═════ GIVEN RECORDS ═════

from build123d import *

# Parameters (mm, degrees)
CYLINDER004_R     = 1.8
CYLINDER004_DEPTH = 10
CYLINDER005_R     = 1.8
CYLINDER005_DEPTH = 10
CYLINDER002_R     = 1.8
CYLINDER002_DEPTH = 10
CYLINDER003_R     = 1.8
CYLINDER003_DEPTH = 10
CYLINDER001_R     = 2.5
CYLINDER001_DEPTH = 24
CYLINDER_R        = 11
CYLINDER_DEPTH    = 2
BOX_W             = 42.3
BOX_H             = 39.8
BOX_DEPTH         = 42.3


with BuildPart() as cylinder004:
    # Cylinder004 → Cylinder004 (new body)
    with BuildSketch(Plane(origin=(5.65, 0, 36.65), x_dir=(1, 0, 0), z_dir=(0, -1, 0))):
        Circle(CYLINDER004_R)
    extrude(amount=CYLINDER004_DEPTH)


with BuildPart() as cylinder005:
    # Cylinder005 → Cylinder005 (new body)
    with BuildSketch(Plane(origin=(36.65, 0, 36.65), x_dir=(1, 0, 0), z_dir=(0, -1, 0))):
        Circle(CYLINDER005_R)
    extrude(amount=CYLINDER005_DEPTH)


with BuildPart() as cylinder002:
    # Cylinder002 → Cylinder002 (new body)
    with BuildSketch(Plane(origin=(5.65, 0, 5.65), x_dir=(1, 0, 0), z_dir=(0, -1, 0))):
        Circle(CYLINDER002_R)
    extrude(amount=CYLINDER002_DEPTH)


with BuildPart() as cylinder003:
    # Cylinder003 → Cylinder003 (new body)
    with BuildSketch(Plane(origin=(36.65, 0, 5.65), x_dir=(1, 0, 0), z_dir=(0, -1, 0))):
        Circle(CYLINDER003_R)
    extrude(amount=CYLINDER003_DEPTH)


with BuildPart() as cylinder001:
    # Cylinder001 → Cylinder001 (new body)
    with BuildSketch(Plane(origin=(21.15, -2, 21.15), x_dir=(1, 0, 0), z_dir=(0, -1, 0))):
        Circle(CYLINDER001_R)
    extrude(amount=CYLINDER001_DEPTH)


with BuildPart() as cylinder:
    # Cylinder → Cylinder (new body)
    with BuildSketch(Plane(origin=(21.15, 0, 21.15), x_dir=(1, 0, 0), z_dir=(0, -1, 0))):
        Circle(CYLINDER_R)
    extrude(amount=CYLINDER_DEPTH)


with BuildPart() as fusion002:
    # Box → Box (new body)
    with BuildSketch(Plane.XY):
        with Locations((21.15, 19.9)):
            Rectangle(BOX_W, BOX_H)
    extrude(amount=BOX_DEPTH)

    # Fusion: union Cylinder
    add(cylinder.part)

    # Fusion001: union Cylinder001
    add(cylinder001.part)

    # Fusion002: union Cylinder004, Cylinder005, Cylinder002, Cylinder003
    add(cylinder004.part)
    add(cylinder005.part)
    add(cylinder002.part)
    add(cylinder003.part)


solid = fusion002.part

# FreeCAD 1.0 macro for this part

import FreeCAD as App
import Part
import Sketcher

V = App.Vector
Q = App.Units.Quantity

doc = App.newDocument("Part")
body = doc.addObject("PartDesign::Body", "Body")

sketch1 = doc.addObject("Sketcher::SketchObject", "Sketch")
body.addObject(sketch1)
sketch1.AttachmentSupport = (doc.XZ_Plane, [""])
sketch1.MapMode = "FlatFace"
sketch1.addGeometry(Part.Circle(V(5.7, 36.6, 0), V(0, 0, 1), 1.8), False)
sketch1.addConstraint([
    Sketcher.Constraint("Diameter", 0, Q("3.6 mm")),
    Sketcher.Constraint("DistanceX", -1, 1, 0, 3, Q("5.65 mm")),
    Sketcher.Constraint("DistanceY", -1, 1, 0, 3, Q("36.65 mm")),
])
pad1 = doc.addObject("PartDesign::Pad", "Pad")
body.addObject(pad1)
pad1.Profile = sketch1
pad1.Length = 10
body2 = doc.addObject("PartDesign::Body", "Body001")

sketch2 = doc.addObject("Sketcher::SketchObject", "Sketch001")
body2.addObject(sketch2)
sketch2.AttachmentSupport = (doc.getObject("XZ_Plane001"), [""])
sketch2.MapMode = "FlatFace"
sketch2.addGeometry(Part.Circle(V(36.6, 36.6, 0), V(0, 0, 1), 1.8), False)
sketch2.addConstraint([
    Sketcher.Constraint("Diameter", 0, Q("3.6 mm")),
    Sketcher.Constraint("DistanceX", -1, 1, 0, 3, Q("36.65 mm")),
    Sketcher.Constraint("DistanceY", -1, 1, 0, 3, Q("36.65 mm")),
])
pad2 = doc.addObject("PartDesign::Pad", "Pad001")
body2.addObject(pad2)
pad2.Profile = sketch2
pad2.Length = 10
body3 = doc.addObject("PartDesign::Body", "Body002")

sketch3 = doc.addObject("Sketcher::SketchObject", "Sketch002")
body3.addObject(sketch3)
sketch3.AttachmentSupport = (doc.getObject("XZ_Plane002"), [""])
sketch3.MapMode = "FlatFace"
sketch3.addGeometry(Part.Circle(V(5.7, 5.7, 0), V(0, 0, 1), 1.8), False)
sketch3.addConstraint([
    Sketcher.Constraint("Diameter", 0, Q("3.6 mm")),
    Sketcher.Constraint("DistanceX", -1, 1, 0, 3, Q("5.65 mm")),
    Sketcher.Constraint("DistanceY", -1, 1, 0, 3, Q("5.65 mm")),
])
pad3 = doc.addObject("PartDesign::Pad", "Pad002")
body3.addObject(pad3)
pad3.Profile = sketch3
pad3.Length = 10
body4 = doc.addObject("PartDesign::Body", "Body003")

sketch4 = doc.addObject("Sketcher::SketchObject", "Sketch003")
body4.addObject(sketch4)
sketch4.AttachmentSupport = (doc.getObject("XZ_Plane003"), [""])
sketch4.MapMode = "FlatFace"
sketch4.addGeometry(Part.Circle(V(36.6, 5.7, 0), V(0, 0, 1), 1.8), False)
sketch4.addConstraint([
    Sketcher.Constraint("Diameter", 0, Q("3.6 mm")),
    Sketcher.Constraint("DistanceX", -1, 1, 0, 3, Q("36.65 mm")),
    Sketcher.Constraint("DistanceY", -1, 1, 0, 3, Q("5.65 mm")),
])
pad4 = doc.addObject("PartDesign::Pad", "Pad003")
body4.addObject(pad4)
pad4.Profile = sketch4
pad4.Length = 10
body5 = doc.addObject("PartDesign::Body", "Body004")

sketch5 = doc.addObject("Sketcher::SketchObject", "Sketch004")
body5.addObject(sketch5)
sketch5.AttachmentSupport = (doc.getObject("XZ_Plane004"), [""])
sketch5.MapMode = "FlatFace"
sketch5.AttachmentOffset = App.Placement(V(0, 0, 2), App.Rotation())
sketch5.addGeometry(Part.Circle(V(21.1, 21.1, 0), V(0, 0, 1), 2.5), False)
sketch5.addConstraint([
    Sketcher.Constraint("Diameter", 0, Q("5 mm")),
    Sketcher.Constraint("DistanceX", -1, 1, 0, 3, Q("21.15 mm")),
    Sketcher.Constraint("DistanceY", -1, 1, 0, 3, Q("21.15 mm")),
])
pad5 = doc.addObject("PartDesign::Pad", "Pad004")
body5.addObject(pad5)
pad5.Profile = sketch5
pad5.Length = 24
body6 = doc.addObject("PartDesign::Body", "Body005")

sketch6 = doc.addObject("Sketcher::SketchObject", "Sketch005")
body6.addObject(sketch6)
sketch6.AttachmentSupport = (doc.getObject("XZ_Plane005"), [""])
sketch6.MapMode = "FlatFace"
sketch6.addGeometry(Part.Circle(V(21, 21, 0), V(0, 0, 1), 11), False)
sketch6.addConstraint([
    Sketcher.Constraint("Diameter", 0, Q("22 mm")),
    Sketcher.Constraint("DistanceX", -1, 1, 0, 3, Q("21.15 mm")),
    Sketcher.Constraint("DistanceY", -1, 1, 0, 3, Q("21.15 mm")),
])
pad6 = doc.addObject("PartDesign::Pad", "Pad005")
body6.addObject(pad6)
pad6.Profile = sketch6
pad6.Length = 2
body7 = doc.addObject("PartDesign::Body", "Body006")

sketch7 = doc.addObject("Sketcher::SketchObject", "Sketch006")
body7.addObject(sketch7)
sketch7.AttachmentSupport = (doc.getObject("XY_Plane006"), [""])
sketch7.MapMode = "FlatFace"
sketch7.addGeometry([
    Part.LineSegment(V(0, 40, 0), V(0, 0, 0)),
    Part.LineSegment(V(0, 0, 0), V(42, 0, 0)),
    Part.LineSegment(V(42, 0, 0), V(42, 40, 0)),
    Part.LineSegment(V(42, 40, 0), V(0, 40, 0)),
], False)
sketch7.addConstraint([
    Sketcher.Constraint("Coincident", 0, 2, 1, 1),
    Sketcher.Constraint("Coincident", 1, 2, 2, 1),
    Sketcher.Constraint("Coincident", 2, 2, 3, 1),
    Sketcher.Constraint("Coincident", 3, 2, 0, 1),
    Sketcher.Constraint("Vertical", 0),
    Sketcher.Constraint("Horizontal", 1),
    Sketcher.Constraint("Vertical", 2),
    Sketcher.Constraint("Horizontal", 3),
    Sketcher.Constraint("Coincident", 0, 2, -1, 1),
    Sketcher.Constraint("DistanceX", 1, 1, 1, 2, Q("42.3 mm")),
    Sketcher.Constraint("DistanceY", 0, 2, 0, 1, Q("39.8 mm")),
])
pad7 = doc.addObject("PartDesign::Pad", "Pad006")
body7.addObject(pad7)
pad7.Profile = sketch7
pad7.Length = 42.3
doc.recompute()

boolean = doc.addObject("PartDesign::Boolean", "Boolean")
body7.addObject(boolean)
boolean.Type = "Fuse"
boolean.addObjects([body6])
doc.recompute()

boolean2 = doc.addObject("PartDesign::Boolean", "Boolean001")
body7.addObject(boolean2)
boolean2.Type = "Fuse"
boolean2.addObjects([body5])
doc.recompute()

boolean3 = doc.addObject("PartDesign::Boolean", "Boolean002")
body7.addObject(boolean3)
boolean3.Type = "Fuse"
boolean3.addObjects([body])
doc.recompute()

boolean4 = doc.addObject("PartDesign::Boolean", "Boolean003")
body7.addObject(boolean4)
boolean4.Type = "Fuse"
boolean4.addObjects([body2])
doc.recompute()

boolean5 = doc.addObject("PartDesign::Boolean", "Boolean004")
body7.addObject(boolean5)
boolean5.Type = "Fuse"
boolean5.addObjects([body3])
doc.recompute()

boolean6 = doc.addObject("PartDesign::Boolean", "Boolean005")
body7.addObject(boolean6)
boolean6.Type = "Fuse"
boolean6.addObjects([body4])

doc.recompute()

═════

Check the lines above and copy each one that includes "BuildSketch".

    with BuildSketch(Plane(origin=(5.65, 0, 36.65), x_dir=(1, 0, 0), z_dir=(0, -1, 0))):
    with BuildSketch(Plane(origin=(36.65, 0, 36.65), x_dir=(1, 0, 0), z_dir=(0, -1, 0))):
    with BuildSketch(Plane(origin=(5.65, 0, 5.65), x_dir=(1, 0, 0), z_dir=(0, -1, 0))):
    with BuildSketch(Plane(origin=(36.65, 0, 5.65), x_dir=(1, 0, 0), z_dir=(0, -1, 0))):
    with BuildSketch(Plane(origin=(21.15, -2, 21.15), x_dir=(1, 0, 0), z_dir=(0, -1, 0))):
    with BuildSketch(Plane(origin=(21.15, 0, 21.15), x_dir=(1, 0, 0), z_dir=(0, -1, 0))):
    with BuildSketch(Plane.XY):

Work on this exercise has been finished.